DATA TO PROCESS below:

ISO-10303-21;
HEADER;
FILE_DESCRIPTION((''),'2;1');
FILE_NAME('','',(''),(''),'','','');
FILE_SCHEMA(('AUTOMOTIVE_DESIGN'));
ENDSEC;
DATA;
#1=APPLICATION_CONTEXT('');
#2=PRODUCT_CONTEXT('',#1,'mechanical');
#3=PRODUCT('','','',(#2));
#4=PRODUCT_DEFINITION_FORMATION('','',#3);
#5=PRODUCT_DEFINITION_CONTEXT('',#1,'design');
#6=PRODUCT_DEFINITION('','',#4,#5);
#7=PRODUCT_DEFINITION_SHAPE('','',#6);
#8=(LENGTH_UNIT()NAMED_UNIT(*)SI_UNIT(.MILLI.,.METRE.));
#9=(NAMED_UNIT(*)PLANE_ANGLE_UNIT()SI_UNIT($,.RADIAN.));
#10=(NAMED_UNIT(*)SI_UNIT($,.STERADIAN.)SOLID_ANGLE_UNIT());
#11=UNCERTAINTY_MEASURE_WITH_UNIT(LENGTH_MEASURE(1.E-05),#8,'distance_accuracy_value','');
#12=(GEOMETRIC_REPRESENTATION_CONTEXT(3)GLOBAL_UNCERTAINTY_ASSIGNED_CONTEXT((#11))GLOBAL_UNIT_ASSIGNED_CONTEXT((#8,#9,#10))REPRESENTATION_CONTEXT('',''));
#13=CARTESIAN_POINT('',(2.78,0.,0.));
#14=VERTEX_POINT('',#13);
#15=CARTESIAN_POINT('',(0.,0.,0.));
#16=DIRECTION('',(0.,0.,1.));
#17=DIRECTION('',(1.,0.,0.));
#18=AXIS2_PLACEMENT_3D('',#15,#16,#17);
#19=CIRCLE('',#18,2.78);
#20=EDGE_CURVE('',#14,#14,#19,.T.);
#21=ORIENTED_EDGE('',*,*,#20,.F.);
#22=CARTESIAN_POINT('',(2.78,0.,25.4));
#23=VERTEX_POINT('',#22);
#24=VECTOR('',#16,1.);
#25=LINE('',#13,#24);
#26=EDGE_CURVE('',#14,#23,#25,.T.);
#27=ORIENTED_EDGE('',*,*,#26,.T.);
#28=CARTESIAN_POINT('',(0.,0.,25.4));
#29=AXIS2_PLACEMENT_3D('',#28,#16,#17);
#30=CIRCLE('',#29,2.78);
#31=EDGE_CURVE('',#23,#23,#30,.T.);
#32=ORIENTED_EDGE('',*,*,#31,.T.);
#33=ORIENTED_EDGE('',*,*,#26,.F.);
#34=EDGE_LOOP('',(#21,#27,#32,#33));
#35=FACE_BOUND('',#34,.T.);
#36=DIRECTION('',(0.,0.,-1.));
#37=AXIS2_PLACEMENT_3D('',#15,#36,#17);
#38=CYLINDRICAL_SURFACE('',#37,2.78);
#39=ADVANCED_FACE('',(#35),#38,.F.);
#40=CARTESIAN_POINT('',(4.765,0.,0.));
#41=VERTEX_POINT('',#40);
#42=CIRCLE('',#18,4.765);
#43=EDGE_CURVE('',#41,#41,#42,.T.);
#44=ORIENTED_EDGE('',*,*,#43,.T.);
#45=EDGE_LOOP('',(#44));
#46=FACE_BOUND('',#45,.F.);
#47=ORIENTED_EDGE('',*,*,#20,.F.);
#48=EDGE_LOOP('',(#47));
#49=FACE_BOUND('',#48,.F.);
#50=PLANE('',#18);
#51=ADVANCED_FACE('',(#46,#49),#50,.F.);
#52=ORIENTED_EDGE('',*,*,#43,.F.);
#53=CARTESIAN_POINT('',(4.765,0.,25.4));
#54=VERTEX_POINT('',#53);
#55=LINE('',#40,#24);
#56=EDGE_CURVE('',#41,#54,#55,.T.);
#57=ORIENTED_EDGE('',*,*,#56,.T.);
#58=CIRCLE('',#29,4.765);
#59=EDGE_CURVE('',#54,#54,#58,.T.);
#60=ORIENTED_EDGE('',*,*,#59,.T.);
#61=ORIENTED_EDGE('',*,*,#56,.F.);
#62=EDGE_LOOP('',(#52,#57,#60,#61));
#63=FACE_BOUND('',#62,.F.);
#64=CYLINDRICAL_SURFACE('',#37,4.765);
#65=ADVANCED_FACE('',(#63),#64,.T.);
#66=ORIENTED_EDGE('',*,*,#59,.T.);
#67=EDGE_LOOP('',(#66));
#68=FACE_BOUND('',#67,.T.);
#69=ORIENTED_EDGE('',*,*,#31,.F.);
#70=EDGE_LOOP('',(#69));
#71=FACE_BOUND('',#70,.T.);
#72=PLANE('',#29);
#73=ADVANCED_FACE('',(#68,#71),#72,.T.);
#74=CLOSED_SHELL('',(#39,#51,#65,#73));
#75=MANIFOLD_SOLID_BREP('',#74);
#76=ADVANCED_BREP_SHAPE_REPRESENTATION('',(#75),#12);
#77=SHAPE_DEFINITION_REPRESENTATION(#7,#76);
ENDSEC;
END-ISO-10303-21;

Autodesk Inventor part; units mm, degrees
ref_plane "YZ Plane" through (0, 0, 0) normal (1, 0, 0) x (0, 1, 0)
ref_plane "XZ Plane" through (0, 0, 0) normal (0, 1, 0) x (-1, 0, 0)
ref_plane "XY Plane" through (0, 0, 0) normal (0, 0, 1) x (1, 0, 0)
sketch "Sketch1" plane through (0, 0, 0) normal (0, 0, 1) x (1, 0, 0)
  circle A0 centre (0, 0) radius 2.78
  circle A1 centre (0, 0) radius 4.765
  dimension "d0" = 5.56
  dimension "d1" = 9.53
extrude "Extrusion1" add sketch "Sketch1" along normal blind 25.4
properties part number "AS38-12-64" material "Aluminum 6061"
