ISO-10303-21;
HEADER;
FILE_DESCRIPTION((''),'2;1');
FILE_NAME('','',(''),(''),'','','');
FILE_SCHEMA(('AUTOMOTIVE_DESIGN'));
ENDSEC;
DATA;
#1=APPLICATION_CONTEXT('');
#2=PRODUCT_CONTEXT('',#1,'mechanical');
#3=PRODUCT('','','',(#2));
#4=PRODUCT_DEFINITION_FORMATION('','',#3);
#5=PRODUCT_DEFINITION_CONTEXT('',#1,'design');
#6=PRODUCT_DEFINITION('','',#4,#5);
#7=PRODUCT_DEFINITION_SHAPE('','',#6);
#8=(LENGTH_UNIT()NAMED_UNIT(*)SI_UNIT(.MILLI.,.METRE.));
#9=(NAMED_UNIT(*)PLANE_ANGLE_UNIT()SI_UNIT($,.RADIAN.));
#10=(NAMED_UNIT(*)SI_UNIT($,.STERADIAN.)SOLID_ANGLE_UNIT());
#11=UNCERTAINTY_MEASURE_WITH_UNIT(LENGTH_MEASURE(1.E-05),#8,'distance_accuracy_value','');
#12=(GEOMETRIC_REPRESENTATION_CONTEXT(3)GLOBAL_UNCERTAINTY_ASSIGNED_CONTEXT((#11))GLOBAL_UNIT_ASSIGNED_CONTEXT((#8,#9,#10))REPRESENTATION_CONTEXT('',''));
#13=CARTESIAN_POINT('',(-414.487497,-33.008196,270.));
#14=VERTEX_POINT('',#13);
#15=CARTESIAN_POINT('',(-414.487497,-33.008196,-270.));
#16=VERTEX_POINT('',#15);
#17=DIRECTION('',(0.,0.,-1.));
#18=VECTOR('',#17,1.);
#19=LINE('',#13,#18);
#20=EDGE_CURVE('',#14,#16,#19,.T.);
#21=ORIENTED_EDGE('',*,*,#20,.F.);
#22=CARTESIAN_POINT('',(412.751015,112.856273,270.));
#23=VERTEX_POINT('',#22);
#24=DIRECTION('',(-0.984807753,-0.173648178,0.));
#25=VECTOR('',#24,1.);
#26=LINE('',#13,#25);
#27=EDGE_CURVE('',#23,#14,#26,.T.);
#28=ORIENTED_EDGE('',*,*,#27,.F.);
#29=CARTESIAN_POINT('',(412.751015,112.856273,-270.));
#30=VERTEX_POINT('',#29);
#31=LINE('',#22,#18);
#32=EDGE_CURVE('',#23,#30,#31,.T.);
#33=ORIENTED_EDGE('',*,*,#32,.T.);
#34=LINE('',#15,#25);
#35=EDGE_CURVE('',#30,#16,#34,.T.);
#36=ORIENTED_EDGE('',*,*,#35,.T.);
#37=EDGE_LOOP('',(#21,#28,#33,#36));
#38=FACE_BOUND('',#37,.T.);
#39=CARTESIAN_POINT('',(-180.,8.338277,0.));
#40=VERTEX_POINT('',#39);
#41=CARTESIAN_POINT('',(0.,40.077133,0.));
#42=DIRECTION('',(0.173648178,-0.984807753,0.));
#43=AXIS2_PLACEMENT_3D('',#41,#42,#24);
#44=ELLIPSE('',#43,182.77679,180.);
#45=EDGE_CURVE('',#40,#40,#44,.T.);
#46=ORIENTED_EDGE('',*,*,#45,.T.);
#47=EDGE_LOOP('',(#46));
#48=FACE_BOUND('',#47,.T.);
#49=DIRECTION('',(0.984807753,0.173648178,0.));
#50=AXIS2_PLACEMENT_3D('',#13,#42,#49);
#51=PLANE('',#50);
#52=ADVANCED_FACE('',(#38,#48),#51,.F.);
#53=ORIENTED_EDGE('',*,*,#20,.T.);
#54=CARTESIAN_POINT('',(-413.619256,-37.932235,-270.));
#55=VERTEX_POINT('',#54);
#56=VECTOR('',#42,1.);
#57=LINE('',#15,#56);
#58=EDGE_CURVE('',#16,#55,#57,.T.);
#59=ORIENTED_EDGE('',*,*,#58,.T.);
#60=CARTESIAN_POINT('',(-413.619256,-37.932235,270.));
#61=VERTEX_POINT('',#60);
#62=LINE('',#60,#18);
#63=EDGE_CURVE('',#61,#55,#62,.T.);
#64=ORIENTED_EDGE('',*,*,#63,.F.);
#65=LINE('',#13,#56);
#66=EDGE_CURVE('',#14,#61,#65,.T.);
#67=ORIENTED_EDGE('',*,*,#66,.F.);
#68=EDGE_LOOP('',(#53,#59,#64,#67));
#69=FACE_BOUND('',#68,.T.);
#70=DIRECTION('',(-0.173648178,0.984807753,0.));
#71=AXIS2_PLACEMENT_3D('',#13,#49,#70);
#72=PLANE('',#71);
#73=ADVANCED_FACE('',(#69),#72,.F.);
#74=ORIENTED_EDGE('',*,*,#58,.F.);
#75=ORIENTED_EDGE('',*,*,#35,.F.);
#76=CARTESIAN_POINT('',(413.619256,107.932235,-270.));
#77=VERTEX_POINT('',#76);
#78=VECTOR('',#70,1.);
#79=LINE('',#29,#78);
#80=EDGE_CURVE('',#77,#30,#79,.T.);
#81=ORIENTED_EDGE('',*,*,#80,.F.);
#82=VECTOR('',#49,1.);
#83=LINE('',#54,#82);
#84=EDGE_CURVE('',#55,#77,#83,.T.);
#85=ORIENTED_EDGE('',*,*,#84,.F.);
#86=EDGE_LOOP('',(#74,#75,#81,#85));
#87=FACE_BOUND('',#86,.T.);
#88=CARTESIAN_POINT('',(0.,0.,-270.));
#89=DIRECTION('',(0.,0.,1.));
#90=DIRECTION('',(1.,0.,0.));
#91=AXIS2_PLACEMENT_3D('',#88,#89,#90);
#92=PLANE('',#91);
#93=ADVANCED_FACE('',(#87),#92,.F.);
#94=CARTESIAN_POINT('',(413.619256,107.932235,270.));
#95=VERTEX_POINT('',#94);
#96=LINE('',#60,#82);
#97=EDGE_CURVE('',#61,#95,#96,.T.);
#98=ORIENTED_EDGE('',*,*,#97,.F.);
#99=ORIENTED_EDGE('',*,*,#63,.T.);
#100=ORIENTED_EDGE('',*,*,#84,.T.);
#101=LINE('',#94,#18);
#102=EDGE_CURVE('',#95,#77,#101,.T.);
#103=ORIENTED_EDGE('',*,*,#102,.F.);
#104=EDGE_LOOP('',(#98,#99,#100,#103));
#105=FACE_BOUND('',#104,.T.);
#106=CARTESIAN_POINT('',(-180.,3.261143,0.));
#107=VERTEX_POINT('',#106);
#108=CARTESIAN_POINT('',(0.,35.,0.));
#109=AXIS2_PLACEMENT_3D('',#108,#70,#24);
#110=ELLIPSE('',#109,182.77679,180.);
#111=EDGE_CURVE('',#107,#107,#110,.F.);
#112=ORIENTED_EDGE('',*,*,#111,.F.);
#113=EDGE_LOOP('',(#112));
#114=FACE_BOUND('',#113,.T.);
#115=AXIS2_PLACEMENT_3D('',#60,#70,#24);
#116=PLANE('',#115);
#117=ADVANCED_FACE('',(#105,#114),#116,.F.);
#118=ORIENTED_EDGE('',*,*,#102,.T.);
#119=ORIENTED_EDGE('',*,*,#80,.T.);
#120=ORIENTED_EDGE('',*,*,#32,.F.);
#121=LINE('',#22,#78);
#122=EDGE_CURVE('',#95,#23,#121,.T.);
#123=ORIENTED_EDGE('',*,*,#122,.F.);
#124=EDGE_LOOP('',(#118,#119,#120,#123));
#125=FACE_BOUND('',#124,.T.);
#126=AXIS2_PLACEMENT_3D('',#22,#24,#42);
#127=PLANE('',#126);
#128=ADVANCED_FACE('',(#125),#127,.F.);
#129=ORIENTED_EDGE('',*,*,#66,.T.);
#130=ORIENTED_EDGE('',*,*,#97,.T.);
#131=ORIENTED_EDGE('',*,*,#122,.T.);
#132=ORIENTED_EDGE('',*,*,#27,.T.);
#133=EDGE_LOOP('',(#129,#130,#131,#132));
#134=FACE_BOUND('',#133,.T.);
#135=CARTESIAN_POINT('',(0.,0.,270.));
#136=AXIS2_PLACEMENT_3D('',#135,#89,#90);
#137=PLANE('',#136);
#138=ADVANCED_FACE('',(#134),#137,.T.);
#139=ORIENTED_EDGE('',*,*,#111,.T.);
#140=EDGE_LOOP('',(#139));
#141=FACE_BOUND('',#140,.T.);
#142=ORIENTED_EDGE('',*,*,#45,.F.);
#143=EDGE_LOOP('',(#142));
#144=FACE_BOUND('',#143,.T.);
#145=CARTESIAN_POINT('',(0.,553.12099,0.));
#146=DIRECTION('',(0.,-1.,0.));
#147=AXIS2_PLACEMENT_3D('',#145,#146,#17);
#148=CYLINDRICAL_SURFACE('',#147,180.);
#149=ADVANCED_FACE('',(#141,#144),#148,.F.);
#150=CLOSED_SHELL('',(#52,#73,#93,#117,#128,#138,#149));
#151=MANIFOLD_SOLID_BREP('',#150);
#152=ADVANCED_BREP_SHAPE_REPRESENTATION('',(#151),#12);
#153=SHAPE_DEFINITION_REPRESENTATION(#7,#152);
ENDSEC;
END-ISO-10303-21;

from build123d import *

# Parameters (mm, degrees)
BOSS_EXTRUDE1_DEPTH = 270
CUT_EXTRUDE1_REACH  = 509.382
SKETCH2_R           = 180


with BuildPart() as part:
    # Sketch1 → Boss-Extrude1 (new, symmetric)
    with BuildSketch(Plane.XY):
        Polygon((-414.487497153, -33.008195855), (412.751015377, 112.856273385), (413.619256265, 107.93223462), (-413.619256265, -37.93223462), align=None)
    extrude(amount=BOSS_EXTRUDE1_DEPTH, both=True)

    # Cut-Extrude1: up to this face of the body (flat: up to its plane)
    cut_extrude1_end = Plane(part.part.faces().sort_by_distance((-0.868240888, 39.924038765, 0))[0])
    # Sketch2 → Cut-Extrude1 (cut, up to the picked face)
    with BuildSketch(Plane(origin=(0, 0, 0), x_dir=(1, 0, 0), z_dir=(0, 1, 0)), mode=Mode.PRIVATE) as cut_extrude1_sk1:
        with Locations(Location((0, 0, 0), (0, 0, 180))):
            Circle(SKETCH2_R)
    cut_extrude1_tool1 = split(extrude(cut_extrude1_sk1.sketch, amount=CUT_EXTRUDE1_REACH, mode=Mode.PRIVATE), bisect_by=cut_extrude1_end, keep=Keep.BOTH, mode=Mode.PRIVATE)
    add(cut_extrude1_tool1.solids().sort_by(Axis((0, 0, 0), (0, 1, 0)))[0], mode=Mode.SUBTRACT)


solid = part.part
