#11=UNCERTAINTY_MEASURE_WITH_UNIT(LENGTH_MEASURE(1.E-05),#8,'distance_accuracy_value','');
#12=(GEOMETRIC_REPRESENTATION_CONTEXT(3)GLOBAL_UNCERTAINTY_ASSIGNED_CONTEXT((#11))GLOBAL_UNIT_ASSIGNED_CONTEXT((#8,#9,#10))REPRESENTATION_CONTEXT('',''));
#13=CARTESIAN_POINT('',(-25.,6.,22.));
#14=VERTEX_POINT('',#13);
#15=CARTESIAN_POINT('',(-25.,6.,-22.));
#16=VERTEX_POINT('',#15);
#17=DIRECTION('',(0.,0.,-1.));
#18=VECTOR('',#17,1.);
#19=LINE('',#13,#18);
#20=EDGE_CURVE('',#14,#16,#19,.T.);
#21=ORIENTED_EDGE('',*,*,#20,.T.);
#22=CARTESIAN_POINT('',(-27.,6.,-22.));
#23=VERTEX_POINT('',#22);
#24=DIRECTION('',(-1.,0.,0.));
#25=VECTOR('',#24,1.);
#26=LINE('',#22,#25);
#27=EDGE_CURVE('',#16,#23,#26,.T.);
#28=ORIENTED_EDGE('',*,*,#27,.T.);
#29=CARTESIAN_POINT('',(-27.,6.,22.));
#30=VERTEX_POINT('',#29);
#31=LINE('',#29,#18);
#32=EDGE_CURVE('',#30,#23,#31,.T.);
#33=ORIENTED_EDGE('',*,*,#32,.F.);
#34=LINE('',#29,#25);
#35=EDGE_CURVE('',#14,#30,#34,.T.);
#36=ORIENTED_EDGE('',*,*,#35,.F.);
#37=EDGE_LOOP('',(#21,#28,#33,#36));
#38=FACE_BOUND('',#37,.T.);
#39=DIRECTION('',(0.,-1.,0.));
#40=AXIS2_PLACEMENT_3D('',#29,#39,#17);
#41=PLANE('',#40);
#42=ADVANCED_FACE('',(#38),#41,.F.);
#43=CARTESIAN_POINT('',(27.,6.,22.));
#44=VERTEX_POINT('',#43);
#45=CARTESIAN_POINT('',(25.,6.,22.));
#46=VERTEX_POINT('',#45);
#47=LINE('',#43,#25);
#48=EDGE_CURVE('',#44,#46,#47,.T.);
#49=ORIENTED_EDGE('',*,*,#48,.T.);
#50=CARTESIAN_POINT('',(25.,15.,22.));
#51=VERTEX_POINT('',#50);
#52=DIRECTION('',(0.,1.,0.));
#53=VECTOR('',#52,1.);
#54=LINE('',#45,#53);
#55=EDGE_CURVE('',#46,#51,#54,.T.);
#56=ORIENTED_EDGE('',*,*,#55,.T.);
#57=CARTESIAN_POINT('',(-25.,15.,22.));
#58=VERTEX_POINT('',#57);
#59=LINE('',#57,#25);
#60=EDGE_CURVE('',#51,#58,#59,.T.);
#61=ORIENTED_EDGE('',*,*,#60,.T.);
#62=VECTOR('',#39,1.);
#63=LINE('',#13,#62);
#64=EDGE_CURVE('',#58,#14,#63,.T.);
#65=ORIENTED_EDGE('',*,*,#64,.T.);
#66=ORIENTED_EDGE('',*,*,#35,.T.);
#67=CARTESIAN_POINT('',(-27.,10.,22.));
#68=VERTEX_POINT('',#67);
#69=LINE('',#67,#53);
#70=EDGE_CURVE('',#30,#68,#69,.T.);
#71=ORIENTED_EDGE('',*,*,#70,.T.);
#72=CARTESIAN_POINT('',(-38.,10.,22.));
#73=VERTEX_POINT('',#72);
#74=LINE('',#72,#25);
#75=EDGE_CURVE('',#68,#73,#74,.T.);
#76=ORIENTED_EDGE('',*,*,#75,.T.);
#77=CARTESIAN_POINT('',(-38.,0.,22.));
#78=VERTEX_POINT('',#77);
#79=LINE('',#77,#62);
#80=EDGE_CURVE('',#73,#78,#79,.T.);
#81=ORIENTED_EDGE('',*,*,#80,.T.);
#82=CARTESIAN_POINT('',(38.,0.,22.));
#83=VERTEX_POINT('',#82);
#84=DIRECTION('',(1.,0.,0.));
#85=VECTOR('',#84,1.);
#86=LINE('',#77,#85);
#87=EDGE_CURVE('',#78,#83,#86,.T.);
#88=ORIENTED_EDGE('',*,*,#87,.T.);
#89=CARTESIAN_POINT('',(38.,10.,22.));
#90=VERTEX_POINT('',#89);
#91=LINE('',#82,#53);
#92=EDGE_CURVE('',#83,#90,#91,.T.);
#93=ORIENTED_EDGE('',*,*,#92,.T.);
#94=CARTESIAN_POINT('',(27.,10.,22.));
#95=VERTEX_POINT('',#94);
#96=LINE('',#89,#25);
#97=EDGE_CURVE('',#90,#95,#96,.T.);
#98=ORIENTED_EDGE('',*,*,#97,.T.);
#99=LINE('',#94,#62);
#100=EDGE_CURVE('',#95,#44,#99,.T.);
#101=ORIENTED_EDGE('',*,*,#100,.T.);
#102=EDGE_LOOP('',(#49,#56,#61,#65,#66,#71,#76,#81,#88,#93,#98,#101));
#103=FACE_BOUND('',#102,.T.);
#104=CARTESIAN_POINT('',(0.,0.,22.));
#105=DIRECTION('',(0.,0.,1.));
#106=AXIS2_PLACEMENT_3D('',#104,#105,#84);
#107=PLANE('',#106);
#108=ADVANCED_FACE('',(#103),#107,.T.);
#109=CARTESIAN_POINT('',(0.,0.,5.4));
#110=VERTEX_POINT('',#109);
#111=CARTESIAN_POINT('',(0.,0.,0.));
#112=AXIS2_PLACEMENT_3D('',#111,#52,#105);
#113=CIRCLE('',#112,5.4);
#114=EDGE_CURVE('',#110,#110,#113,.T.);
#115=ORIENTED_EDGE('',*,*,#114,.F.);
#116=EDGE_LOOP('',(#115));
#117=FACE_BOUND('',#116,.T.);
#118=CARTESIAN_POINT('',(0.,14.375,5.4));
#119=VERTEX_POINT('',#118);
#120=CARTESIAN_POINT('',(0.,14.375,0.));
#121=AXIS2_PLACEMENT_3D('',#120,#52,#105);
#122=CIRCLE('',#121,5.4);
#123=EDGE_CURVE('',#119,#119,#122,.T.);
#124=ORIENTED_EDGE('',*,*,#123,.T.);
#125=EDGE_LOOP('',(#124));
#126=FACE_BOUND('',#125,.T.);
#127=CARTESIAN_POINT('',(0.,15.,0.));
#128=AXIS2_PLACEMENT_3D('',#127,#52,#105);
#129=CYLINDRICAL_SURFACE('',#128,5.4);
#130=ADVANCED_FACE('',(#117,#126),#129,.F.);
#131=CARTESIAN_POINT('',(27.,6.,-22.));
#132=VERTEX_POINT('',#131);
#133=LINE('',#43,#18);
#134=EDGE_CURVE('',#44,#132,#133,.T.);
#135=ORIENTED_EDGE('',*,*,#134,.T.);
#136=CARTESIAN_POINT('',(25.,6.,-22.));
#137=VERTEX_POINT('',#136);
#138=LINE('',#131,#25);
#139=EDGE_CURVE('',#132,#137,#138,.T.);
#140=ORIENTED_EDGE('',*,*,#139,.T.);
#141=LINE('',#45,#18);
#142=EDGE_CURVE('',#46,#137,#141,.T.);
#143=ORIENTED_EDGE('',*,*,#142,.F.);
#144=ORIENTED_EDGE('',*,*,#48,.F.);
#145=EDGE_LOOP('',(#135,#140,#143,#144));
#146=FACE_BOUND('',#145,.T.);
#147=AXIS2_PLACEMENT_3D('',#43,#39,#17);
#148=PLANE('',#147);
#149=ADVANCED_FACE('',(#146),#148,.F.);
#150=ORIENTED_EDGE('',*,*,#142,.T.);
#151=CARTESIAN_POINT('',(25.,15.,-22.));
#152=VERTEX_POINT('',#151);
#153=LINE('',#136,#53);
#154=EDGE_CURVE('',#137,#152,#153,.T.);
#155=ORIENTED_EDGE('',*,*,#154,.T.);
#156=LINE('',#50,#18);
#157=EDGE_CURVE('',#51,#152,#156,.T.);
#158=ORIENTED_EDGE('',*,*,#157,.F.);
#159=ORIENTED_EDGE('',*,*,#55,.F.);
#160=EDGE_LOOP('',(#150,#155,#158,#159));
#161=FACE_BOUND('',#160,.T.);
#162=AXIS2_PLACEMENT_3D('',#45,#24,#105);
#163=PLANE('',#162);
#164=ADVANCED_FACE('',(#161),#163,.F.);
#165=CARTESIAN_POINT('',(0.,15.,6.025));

End of DATA TO PROCESS.

• _ABOUT THIS EXERCISE_
Since only part of the listing is wanted, copy exactly the lines from the one holding "#33=ORIENTED_EDGE('',*,*,#32,.F.);" to the one holding "#51=VERTEX_POINT('',#50);", both included.

• _OUTPUT_
#33=ORIENTED_EDGE('',*,*,#32,.F.);
#34=LINE('',#29,#25);
#35=EDGE_CURVE('',#14,#30,#34,.T.);
#36=ORIENTED_EDGE('',*,*,#35,.F.);
#37=EDGE_LOOP('',(#21,#28,#33,#36));
#38=FACE_BOUND('',#37,.T.);
#39=DIRECTION('',(0.,-1.,0.));
#40=AXIS2_PLACEMENT_3D('',#29,#39,#17);
#41=PLANE('',#40);
#42=ADVANCED_FACE('',(#38),#41,.F.);
#43=CARTESIAN_POINT('',(27.,6.,22.));
#44=VERTEX_POINT('',#43);
#45=CARTESIAN_POINT('',(25.,6.,22.));
#46=VERTEX_POINT('',#45);
#47=LINE('',#43,#25);
#48=EDGE_CURVE('',#44,#46,#47,.T.);
#49=ORIENTED_EDGE('',*,*,#48,.T.);
#50=CARTESIAN_POINT('',(25.,15.,22.));
#51=VERTEX_POINT('',#50);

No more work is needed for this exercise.